"If money isn't loosened up, this sucker could go down" - George W. Bush warned in September 2008

Thursday, June 3, 2010

Really great links - Bernanke's toxic waste - China - Greece

Nick Rowe - Bernanke - "In my old post, I said that Ben Bernanke was betting on the economic recovery, using the Fed's own assets, by buying toxic waste. If there is no recovery, he loses the bet, the toxic assets become worthless, and the increase in the monetary base becomes permanent, because the Fed can't afford to retire the extra money. If there is a recovery, he wins the bet, the toxic assets are worth at least what he paid for them, and the increase in the monetary base can be temporary, because the Fed can afford to retire the extra money. That's the demand curve of recovery."

Scott Sumner - Is China a free market success - "So to summarize, to the extent that China is a free market, it is an economic success, and to the extent it is statist, it is mostly a failure (excluding some sectors like transport.) But the question “Is the Chinese miracle due to a free market economy?” is nonsensical.

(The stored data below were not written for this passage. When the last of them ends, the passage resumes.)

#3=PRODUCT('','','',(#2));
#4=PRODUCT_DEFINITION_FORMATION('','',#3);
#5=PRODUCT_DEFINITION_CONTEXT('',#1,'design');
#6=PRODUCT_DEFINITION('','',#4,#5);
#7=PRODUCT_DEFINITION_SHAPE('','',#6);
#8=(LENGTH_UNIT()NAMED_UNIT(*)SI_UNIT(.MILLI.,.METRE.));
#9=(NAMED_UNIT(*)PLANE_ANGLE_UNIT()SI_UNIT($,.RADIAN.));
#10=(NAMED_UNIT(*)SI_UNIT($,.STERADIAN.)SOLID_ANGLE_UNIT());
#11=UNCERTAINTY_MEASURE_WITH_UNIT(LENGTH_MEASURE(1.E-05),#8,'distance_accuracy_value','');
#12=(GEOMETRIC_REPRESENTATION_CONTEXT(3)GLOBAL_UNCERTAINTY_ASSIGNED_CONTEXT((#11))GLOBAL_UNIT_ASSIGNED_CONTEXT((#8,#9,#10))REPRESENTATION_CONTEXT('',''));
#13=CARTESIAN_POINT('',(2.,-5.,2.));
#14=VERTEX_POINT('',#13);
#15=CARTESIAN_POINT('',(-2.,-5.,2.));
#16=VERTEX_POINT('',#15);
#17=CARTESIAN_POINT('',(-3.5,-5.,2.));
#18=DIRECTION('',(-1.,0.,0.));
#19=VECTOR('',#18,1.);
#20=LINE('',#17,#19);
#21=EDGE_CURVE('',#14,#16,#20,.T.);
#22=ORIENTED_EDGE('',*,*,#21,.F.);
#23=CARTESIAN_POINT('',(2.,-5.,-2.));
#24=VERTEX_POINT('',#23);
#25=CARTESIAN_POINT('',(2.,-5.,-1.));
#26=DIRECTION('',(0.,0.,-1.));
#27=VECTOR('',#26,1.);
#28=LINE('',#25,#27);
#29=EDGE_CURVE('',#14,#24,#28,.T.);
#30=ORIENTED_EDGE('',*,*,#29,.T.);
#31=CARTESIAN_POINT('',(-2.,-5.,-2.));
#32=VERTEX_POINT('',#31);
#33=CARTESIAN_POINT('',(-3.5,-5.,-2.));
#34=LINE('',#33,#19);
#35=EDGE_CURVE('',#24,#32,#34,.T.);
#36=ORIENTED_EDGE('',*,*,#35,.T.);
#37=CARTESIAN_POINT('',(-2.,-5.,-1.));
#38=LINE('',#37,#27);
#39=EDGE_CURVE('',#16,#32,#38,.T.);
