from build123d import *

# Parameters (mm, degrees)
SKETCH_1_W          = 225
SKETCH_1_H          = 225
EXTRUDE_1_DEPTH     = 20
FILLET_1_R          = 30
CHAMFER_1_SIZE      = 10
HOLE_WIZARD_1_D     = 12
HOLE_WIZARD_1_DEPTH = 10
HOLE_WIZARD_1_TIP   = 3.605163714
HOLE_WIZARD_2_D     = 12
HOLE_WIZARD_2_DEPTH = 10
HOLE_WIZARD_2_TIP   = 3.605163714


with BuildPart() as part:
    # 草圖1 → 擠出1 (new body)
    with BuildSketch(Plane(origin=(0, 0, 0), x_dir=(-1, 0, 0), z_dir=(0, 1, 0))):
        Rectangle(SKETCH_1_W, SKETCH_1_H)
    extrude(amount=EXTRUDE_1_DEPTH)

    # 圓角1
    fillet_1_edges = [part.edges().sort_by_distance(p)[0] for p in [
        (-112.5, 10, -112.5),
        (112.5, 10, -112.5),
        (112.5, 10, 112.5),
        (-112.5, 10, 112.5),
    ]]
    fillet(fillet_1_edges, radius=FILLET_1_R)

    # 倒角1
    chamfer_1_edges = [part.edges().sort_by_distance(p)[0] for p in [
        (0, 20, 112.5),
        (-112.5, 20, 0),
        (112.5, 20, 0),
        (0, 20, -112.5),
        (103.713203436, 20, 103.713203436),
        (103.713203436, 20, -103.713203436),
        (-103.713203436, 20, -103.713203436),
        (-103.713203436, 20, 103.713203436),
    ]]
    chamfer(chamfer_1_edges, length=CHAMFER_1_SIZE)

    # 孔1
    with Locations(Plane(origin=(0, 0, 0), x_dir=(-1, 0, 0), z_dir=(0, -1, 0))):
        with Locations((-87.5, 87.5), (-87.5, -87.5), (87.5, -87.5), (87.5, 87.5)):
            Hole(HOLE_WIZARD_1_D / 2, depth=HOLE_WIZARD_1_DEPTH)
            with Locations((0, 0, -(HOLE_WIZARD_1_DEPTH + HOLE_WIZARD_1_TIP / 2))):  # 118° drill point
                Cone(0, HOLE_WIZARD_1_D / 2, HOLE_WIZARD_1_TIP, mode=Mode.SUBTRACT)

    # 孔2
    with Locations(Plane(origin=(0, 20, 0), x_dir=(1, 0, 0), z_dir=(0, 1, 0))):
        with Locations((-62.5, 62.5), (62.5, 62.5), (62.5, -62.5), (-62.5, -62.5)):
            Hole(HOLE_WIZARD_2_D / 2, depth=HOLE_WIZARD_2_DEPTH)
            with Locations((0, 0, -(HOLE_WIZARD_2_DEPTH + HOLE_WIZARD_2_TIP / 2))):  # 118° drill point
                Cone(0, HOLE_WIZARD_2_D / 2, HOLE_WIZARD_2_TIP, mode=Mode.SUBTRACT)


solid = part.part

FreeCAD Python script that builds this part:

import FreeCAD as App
import Part
import Sketcher


def edges_at(feature, points):
    """Names of the edges that pass closest to the given points."""
    edges = feature.Shape.Edges
    near = lambda p: min(range(len(edges)), key=lambda i: edges[i].distToShape(Part.Vertex(*p))[0])
    return sorted({f"Edge{near(p) + 1}" for p in points})

doc = App.newDocument("Part")
params = doc.addObject("Spreadsheet::Sheet", "Params")
for row, (alias, value) in enumerate([
    ("sketch1_width", "225 mm"),
    ("pad1_length", "20 mm"),
    ("fillet_radius", "30 mm"),
    ("chamfer_size", "10 mm"),
    ("sketch2_diameter", "12 mm"),
    ("hole_diameter", "12 mm"),
    ("hole_depth", "10 mm"),
    ("sketch3_diameter", "12 mm"),
    ("hole2_diameter", "12 mm"),
    ("hole2_depth", "10 mm"),
], start=1):
    params.set(f"A{row}", alias)
    params.set(f"B{row}", "=" + value)
    params.setAlias(f"B{row}", alias)

body = doc.addObject("PartDesign::Body", "Body")

sketch1 = body.newObject("Sketcher::SketchObject", "Sketch")
sketch1.AttachmentSupport = (doc.getObject("XZ_Plane"), [""])
sketch1.MapMode = "FlatFace"
sketch1.addGeometry([
    Part.LineSegment(App.Vector(112, 112, 0), App.Vector(112, -112, 0)),
    Part.LineSegment(App.Vector(112, -112, 0), App.Vector(-112, -112, 0)),
    Part.LineSegment(App.Vector(-112, -112, 0), App.Vector(-112, 112, 0)),
    Part.LineSegment(App.Vector(-112, 112, 0), App.Vector(112, 112, 0)),
], False)
sketch1.addConstraint([
    Sketcher.Constraint("Coincident", 0, 2, 1, 1),
    Sketcher.Constraint("Coincident", 1, 2, 2, 1),
    Sketcher.Constraint("Coincident", 2, 2, 3, 1),
    Sketcher.Constraint("Coincident", 3, 2, 0, 1),
    Sketcher.Constraint("Vertical", 0),
    Sketcher.Constraint("Horizontal", 1),
    Sketcher.Constraint("Vertical", 2),
    Sketcher.Constraint("Horizontal", 3),
    Sketcher.Constraint("Symmetric", 0, 2, 2, 2, -1, 1),
    Sketcher.Constraint("Equal", 3, 0),
    Sketcher.Constraint("DistanceX", 1, 2, 1, 1, 225.0),
])
sketch1.setExpression("Constraints[10]", "Params.sketch1_width")
pad1 = body.newObject("PartDesign::Pad", "Pad")
pad1.Profile = sketch1
pad1.setExpression("Length", "Params.pad1_length")
pad1.Reversed = True
doc.recompute()

fillet = body.newObject("PartDesign::Fillet", "Fillet")
fillet.Base = (pad1, edges_at(pad1, [
    (-112.5, 10, -112.5),
    (112.5, 10, -112.5),
    (112.5, 10, 112.5),
    (-112.5, 10, 112.5),
]))
fillet.setExpression("Radius", "Params.fillet_radius")
doc.recompute()

chamfer = body.newObject("PartDesign::Chamfer", "Chamfer")
chamfer.Base = (fillet, edges_at(fillet, [
    (0, 20, 112.5),
    (-112.5, 20, 0),
    (112.5, 20, 0),
    (0, 20, -112.5),
    (103.713, 20, 103.713),
    (103.713, 20, -103.713),
    (-103.713, 20, -103.713),
    (-103.713, 20, 103.713),
]))
chamfer.setExpression("Size", "Params.chamfer_size")

sketch2 = body.newObject("Sketcher::SketchObject", "Sketch001")
sketch2.AttachmentSupport = (doc.getObject("XZ_Plane"), [""])
sketch2.MapMode = "FlatFace"
sketch2.addGeometry([
    Part.Circle(App.Vector(88, -88, 0), App.Vector(0, 0, 1), 6),
    Part.Circle(App.Vector(88, 88, 0), App.Vector(0, 0, 1), 6),
    Part.Circle(App.Vector(-88, 88, 0), App.Vector(0, 0, 1), 6),
    Part.Circle(App.Vector(-88, -88, 0), App.Vector(0, 0, 1), 6),
], False)
sketch2.addConstraint([
    Sketcher.Constraint("Equal", 0, 1),
    Sketcher.Constraint("Equal", 1, 2),
    Sketcher.Constraint("Equal", 2, 3),
    Sketcher.Constraint("Symmetric", 0, 3, 2, 3, -1, 1),
    Sketcher.Constraint("Symmetric", 1, 3, 3, 3, -1, 1),
    Sketcher.Constraint("Symmetric", 1, 3, 2, 3, -2),
    Sketcher.Constraint("Diameter", 0, 12.0),
    Sketcher.Constraint("DistanceY", 0, 3, 1, 3, 175.0),
    Sketcher.Constraint("DistanceX", 2, 3, 1, 3, 175.0),
])
sketch2.setExpression("Constraints[6]", "Params.sketch2_diameter")
doc.recompute()
hole = body.newObject("PartDesign::Hole", "Hole")
hole.Profile = sketch2
hole.ThreadType = "None"
hole.setExpression("Diameter", "Params.hole_diameter")
hole.DepthType = "Dimension"
hole.setExpression("Depth", "Params.hole_depth")
hole.DrillPoint = "Angled"
hole.DrillPointAngle = 118

sketch3 = body.newObject("Sketcher::SketchObject", "Sketch002")
sketch3.AttachmentSupport = (doc.getObject("XZ_Plane"), [""])
sketch3.MapMode = "FlatFace"
sketch3.AttachmentOffset = App.Placement(App.Vector(0, 0, -20), App.Rotation())
sketch3.addGeometry([
    Part.Circle(App.Vector(-62, -62, 0), App.Vector(0, 0, 1), 6),
    Part.Circle(App.Vector(62, -62, 0), App.Vector(0, 0, 1), 6),
    Part.Circle(App.Vector(62, 62, 0), App.Vector(0, 0, 1), 6),
    Part.Circle(App.Vector(-62, 62, 0), App.Vector(0, 0, 1), 6),
], False)
sketch3.addConstraint([
    Sketcher.Constraint("Equal", 0, 1),
    Sketcher.Constraint("Equal", 1, 2),
    Sketcher.Constraint("Equal", 2, 3),
    Sketcher.Constraint("Symmetric", 0, 3, 2, 3, -1, 1),
    Sketcher.Constraint("Symmetric", 1, 3, 3, 3, -1, 1),
    Sketcher.Constraint("Symmetric", 0, 3, 1, 3, -2),
    Sketcher.Constraint("Diameter", 0, 12.0),
    Sketcher.Constraint("DistanceX", 0, 3, 1, 3, 125.0),
    Sketcher.Constraint("DistanceY", 1, 3, 2, 3, 125.0),
])
sketch3.setExpression("Constraints[6]", "Params.sketch3_diameter")
doc.recompute()
hole2 = body.newObject("PartDesign::Hole", "Hole001")
hole2.Profile = sketch3
hole2.ThreadType = "None"
hole2.setExpression("Diameter", "Params.hole2_diameter")
hole2.DepthType = "Dimension"
hole2.setExpression("Depth", "Params.hole2_depth")
hole2.DrillPoint = "Angled"
hole2.DrillPointAngle = 118
hole2.Reversed = True

doc.recompute()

It isn’t a miracle at all; it is a country rapidly transitioning from being extremely poor to having a so-so economy. That is all."

Felix Salmon - Consensus on Greece - "There was quite a lot of consensus on the panel, and not in a good way: everybody agreed that the bailout of Greece was only postponing the inevitable, and many people reckoned that it wasn’t going to postpone it very long: one pair of hedge fund managers in the audience reckoned that it would last about six months before the default finally happens.
        The form of the default, too, seemed pretty clear: an act of parliament in Greece would do most of the work, given that most Greek debt is issued under Greek law. It will be a par exchange — the new bonds will have the same face value as the old bonds, but with lower coupons and extended maturities — so that with a bit of accounting fudgery, no banks would need to mark their Greek debt to market and take a huge loss. And Greece, in a fiscal bind, will probably at some point start issuing its own scrip alongside the formal national currency of the euro, much as California did in 2009."